The comparison view allows the user to analyze how different chunking strategies behave across workflows by holding selected parameters constant while changing others. This enables more systematic and controlled evaluation of chunking quality.

6. Deployment to Ingestion Pipeline

When a user deploys a selected chunking strategy, the backend triggers the ingestion pipeline. The pipeline processes the entire corpus using the finalized strategy and stores chunks and embeddings in the pipeline database for downstream retrieval systems.

Deployment Architecture (AWS)

Platform Architecture (Core Services)

We deployed the experimentation platform on AWS ECS Fargate, containerizing all three microservices—backend, chunking, and evaluation—and running them within a single ECS cluster for operational simplicity. Only the backend service is internet-facing and exposed publicly through an Application Load Balancer, so that the locally running client can connect securely to the platform. The chunking and evaluation services remain internal and communicate with the backend via AWS Cloud Map service discovery. The backend also interfaces with AWS Batch to initiate ingestion jobs when users deploy their corpus for processing.

The data layer consists of two core components:

1. A private Amazon S3 bucket that stores uploaded documents and generated reference datasets.
2. Two Amazon RDS PostgreSQL instances, which handle data persistence for the experimentation platform and the data ingestion pipeline, respectively.

We deployed two separate RDS instances because they serve different scopes and operational purposes. The experimentation RDS stores experimentation workflow records, including visualization HTML, chunk statistics, evaluation metrics, and metadata. It is deployed in private subnets and accessible only to internal services, since it supports developer-driven experimentation and does not participate in production workflows.

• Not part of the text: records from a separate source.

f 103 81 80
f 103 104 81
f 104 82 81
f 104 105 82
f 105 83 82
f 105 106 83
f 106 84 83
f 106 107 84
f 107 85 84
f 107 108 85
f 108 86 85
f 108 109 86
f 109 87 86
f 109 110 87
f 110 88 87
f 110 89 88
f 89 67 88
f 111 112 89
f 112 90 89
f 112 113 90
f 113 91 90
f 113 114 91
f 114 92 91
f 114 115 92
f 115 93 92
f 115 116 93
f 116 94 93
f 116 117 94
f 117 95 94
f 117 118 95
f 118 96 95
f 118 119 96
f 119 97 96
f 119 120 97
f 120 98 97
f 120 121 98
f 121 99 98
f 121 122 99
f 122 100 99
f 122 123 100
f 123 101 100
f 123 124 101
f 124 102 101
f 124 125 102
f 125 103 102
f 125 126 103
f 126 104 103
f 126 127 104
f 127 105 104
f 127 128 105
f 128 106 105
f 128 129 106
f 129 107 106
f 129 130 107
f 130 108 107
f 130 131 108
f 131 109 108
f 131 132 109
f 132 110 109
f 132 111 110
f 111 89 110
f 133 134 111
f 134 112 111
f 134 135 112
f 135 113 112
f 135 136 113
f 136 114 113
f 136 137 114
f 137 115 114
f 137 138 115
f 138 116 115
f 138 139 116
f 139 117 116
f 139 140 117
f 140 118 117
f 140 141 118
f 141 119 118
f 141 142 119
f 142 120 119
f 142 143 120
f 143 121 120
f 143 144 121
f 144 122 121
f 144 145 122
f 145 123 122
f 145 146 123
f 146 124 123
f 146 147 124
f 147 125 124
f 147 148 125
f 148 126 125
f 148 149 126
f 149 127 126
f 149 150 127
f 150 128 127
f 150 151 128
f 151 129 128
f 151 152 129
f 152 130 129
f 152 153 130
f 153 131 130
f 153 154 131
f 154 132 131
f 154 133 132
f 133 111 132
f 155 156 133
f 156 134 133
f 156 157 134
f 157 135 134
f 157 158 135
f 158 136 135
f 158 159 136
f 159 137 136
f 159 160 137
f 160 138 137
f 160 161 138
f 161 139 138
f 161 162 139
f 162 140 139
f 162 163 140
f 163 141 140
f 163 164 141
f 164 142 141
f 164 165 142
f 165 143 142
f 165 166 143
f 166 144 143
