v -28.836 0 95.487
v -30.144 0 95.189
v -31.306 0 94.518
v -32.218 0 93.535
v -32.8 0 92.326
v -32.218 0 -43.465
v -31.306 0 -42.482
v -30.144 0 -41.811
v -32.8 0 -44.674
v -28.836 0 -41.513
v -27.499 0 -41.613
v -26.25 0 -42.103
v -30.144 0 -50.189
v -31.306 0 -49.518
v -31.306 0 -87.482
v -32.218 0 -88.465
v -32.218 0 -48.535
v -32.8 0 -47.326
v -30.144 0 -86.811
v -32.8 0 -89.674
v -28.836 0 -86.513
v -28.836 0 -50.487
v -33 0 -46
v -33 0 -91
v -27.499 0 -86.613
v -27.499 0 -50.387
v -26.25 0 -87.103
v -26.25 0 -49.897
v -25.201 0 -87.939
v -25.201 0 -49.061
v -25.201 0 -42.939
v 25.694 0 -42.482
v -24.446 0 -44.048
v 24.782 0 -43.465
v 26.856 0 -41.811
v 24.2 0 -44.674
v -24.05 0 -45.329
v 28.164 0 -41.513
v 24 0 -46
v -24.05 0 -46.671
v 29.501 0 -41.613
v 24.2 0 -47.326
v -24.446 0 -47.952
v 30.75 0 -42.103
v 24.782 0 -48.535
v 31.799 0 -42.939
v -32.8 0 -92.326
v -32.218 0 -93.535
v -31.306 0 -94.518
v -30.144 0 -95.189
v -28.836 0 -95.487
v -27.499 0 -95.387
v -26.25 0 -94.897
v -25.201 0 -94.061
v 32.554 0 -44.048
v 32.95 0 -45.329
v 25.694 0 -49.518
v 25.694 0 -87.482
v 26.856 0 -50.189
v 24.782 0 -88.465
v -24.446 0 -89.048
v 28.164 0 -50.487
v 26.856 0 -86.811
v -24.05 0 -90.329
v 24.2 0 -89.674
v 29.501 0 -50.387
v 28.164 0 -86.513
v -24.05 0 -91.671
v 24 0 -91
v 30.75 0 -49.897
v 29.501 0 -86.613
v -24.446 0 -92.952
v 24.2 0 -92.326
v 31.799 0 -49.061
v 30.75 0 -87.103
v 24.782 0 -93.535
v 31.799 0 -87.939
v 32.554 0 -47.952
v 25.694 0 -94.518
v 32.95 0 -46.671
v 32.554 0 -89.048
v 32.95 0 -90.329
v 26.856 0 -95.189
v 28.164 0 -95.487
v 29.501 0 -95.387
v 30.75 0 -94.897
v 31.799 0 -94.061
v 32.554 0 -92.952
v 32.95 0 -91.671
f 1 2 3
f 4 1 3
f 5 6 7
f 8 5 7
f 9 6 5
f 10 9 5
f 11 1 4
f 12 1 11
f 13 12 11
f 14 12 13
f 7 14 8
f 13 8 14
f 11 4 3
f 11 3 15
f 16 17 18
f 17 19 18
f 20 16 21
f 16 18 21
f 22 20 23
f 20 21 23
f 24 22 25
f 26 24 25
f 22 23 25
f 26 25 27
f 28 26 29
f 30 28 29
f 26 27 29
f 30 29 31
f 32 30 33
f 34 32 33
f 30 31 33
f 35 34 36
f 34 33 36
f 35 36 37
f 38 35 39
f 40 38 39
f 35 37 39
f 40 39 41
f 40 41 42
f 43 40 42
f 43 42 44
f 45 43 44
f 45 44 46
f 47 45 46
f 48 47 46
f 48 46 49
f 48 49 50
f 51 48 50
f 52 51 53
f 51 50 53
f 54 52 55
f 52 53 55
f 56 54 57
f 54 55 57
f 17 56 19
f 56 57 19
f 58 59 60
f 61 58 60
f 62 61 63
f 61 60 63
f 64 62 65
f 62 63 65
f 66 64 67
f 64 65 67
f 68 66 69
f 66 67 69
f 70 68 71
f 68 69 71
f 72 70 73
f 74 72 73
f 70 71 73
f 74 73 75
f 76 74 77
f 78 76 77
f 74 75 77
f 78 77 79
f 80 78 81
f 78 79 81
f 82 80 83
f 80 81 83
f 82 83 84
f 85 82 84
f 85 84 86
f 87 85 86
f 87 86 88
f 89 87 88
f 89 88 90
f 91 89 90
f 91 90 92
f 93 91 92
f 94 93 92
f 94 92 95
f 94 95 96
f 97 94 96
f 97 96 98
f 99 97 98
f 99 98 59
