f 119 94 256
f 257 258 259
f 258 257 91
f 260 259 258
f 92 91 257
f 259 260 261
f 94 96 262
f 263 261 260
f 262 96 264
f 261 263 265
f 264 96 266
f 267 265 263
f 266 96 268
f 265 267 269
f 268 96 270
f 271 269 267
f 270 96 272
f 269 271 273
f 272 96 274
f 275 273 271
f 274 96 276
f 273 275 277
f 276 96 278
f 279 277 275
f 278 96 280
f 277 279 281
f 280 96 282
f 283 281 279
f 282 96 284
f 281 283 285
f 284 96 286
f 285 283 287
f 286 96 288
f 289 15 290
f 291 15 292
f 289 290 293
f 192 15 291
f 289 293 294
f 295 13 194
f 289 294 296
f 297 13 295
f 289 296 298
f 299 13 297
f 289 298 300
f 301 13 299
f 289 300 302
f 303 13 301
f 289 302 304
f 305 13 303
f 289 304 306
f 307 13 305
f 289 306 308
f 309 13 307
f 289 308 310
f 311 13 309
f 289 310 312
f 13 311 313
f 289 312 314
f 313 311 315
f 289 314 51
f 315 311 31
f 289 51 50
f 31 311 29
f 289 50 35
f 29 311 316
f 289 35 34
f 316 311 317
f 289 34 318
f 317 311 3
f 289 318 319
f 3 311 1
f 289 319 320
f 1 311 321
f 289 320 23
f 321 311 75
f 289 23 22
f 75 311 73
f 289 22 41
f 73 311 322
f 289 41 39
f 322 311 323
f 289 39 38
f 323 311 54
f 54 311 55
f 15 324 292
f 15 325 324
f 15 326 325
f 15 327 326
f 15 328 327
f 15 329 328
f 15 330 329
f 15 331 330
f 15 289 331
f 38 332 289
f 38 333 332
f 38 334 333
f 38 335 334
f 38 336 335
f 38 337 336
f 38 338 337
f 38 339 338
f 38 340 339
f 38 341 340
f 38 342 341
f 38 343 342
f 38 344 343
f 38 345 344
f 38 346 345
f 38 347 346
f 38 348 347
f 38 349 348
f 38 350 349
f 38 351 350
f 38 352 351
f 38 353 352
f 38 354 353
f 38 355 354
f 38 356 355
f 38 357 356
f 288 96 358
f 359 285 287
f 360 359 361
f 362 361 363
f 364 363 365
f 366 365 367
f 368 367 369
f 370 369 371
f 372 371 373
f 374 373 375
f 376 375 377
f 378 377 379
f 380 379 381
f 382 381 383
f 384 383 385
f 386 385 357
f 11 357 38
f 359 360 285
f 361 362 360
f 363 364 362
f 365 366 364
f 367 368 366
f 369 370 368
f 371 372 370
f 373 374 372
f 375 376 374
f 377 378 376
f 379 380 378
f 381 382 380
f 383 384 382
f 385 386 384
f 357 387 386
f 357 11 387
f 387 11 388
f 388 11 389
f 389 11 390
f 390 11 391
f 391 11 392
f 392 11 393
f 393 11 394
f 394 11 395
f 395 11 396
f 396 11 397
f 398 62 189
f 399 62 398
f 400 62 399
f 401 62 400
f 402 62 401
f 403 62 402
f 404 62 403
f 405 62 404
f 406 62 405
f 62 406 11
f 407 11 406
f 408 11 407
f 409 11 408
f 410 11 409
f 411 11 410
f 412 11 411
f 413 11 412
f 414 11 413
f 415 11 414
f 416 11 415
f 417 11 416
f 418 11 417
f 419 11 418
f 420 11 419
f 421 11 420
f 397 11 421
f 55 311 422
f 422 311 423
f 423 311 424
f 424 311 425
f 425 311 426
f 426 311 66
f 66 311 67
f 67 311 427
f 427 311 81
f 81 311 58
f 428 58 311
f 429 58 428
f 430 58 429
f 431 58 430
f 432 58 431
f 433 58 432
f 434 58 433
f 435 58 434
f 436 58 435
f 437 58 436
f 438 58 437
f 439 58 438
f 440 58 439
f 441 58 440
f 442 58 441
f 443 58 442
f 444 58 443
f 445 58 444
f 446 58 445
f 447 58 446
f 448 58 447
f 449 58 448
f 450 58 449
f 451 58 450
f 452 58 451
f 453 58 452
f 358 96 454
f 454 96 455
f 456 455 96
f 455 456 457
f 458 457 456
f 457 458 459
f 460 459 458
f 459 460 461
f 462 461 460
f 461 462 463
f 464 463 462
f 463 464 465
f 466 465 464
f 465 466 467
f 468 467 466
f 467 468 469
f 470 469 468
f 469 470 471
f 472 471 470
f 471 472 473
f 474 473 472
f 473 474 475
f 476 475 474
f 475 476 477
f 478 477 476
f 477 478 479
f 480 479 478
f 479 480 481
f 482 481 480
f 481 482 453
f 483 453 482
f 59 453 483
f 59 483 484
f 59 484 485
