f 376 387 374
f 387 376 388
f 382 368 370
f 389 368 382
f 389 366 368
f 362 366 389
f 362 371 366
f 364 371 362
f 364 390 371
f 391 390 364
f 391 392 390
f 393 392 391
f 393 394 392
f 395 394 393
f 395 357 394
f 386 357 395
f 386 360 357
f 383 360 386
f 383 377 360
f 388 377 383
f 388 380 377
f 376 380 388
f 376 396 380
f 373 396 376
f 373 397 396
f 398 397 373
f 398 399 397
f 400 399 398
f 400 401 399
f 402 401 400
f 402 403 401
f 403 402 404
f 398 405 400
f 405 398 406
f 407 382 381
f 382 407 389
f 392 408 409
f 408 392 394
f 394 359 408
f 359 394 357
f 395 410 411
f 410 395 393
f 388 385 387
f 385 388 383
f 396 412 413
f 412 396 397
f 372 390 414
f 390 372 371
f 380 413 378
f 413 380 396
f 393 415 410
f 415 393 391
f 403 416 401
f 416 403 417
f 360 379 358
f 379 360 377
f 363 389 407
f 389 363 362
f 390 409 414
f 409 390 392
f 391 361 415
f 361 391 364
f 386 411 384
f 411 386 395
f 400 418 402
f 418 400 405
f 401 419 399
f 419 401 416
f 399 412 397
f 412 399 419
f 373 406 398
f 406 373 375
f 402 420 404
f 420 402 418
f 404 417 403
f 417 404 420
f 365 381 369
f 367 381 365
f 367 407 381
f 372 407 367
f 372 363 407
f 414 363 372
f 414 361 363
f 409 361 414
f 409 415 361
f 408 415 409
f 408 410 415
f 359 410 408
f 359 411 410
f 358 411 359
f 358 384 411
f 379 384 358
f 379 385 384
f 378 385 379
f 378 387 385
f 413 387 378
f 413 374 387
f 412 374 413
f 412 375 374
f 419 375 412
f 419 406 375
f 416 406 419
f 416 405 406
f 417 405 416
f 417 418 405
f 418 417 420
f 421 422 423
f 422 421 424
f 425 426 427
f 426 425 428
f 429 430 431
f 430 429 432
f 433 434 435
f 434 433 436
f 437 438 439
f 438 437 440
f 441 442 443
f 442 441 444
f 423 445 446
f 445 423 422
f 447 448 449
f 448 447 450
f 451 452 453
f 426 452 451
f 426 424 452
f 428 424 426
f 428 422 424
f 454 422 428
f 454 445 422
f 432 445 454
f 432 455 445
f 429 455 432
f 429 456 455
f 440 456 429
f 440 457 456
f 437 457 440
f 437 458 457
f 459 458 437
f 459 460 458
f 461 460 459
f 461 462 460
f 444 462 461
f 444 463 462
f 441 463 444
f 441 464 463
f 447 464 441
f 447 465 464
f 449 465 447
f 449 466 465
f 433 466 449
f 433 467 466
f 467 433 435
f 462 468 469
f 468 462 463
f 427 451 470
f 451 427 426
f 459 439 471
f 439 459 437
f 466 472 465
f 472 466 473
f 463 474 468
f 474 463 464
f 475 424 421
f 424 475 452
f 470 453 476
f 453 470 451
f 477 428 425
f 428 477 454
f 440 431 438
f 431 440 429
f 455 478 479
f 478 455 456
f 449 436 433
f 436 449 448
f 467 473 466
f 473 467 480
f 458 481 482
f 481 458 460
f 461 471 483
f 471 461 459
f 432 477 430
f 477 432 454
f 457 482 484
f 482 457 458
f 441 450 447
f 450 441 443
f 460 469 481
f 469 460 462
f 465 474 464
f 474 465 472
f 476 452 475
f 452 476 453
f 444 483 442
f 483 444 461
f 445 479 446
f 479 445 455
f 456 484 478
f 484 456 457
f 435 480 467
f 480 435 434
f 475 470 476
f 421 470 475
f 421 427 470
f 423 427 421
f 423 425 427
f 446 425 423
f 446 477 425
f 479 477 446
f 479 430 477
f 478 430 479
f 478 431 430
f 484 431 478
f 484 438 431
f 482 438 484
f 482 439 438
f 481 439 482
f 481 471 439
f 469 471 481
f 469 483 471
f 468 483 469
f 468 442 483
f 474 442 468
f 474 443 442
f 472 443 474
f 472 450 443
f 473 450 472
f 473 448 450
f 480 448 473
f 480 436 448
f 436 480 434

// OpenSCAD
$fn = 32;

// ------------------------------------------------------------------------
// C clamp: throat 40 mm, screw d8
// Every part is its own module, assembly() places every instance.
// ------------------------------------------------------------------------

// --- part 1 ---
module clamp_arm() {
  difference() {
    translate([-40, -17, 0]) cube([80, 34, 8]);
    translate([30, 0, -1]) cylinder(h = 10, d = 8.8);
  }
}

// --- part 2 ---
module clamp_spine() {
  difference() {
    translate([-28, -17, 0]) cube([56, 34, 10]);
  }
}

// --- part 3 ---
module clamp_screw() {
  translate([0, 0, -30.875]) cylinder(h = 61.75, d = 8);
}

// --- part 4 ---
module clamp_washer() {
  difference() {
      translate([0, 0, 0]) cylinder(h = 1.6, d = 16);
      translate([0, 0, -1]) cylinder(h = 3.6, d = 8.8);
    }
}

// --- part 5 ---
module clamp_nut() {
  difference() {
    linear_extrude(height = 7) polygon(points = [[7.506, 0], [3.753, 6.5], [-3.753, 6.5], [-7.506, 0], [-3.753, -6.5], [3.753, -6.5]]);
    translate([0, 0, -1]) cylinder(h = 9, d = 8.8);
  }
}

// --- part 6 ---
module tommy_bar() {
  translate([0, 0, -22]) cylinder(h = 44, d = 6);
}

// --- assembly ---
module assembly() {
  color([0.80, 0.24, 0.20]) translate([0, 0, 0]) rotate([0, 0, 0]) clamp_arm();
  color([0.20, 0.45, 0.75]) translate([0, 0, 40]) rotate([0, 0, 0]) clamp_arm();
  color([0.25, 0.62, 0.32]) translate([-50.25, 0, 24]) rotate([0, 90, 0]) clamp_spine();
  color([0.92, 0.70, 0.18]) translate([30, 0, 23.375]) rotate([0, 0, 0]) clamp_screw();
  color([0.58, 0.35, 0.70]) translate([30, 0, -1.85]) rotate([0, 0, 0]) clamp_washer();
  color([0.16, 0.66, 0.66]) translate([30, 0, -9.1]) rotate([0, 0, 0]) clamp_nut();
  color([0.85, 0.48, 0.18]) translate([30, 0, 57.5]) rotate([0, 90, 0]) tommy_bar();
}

In contrast, the pipeline RDS is designed as a vector database, enabled with the pgvector extension, and stores chunks, embeddings, and document metadata for use in downstream retrieval workloads. This database is deployed in public subnets and intentionally kept publicly accessible to allow integration with external RAG systems, agentic workflows, and user-managed vector databases. The separation also ensures that experimentation workloads, which are often iterative and bursty, cannot affect production retrieval performance. It also allows each subsystem to scale, secure, and evolve independently according to its individual needs.

Within the overall Chunkwise architecture, only the backend service communicates with the two RDS instances, while all other services remain stateless. This architecture separates compute, storage, and networking concerns, keeps all internal traffic inside the VPC, and provides autoscaling, resilience, and isolation for each microservice with minimal operational overhead.

Data Ingestion Pipeline Architecture (Batch Processing Jobs)

We used AWS Batch with Fargate to handle our AI-focused ETL pipeline. When the server receives a deploy request, it retrieves the key and size for each document in the user’s S3 bucket and evenly distributes them among four jobs based on size. Jobs are created according to the job definition’s specifications (1 vCPU and 8 GB of memory) and placed in the job queue. Each job retrieves its documents from S3, chunks and embeds them, and stores the vector embeddings and metadata in RDS.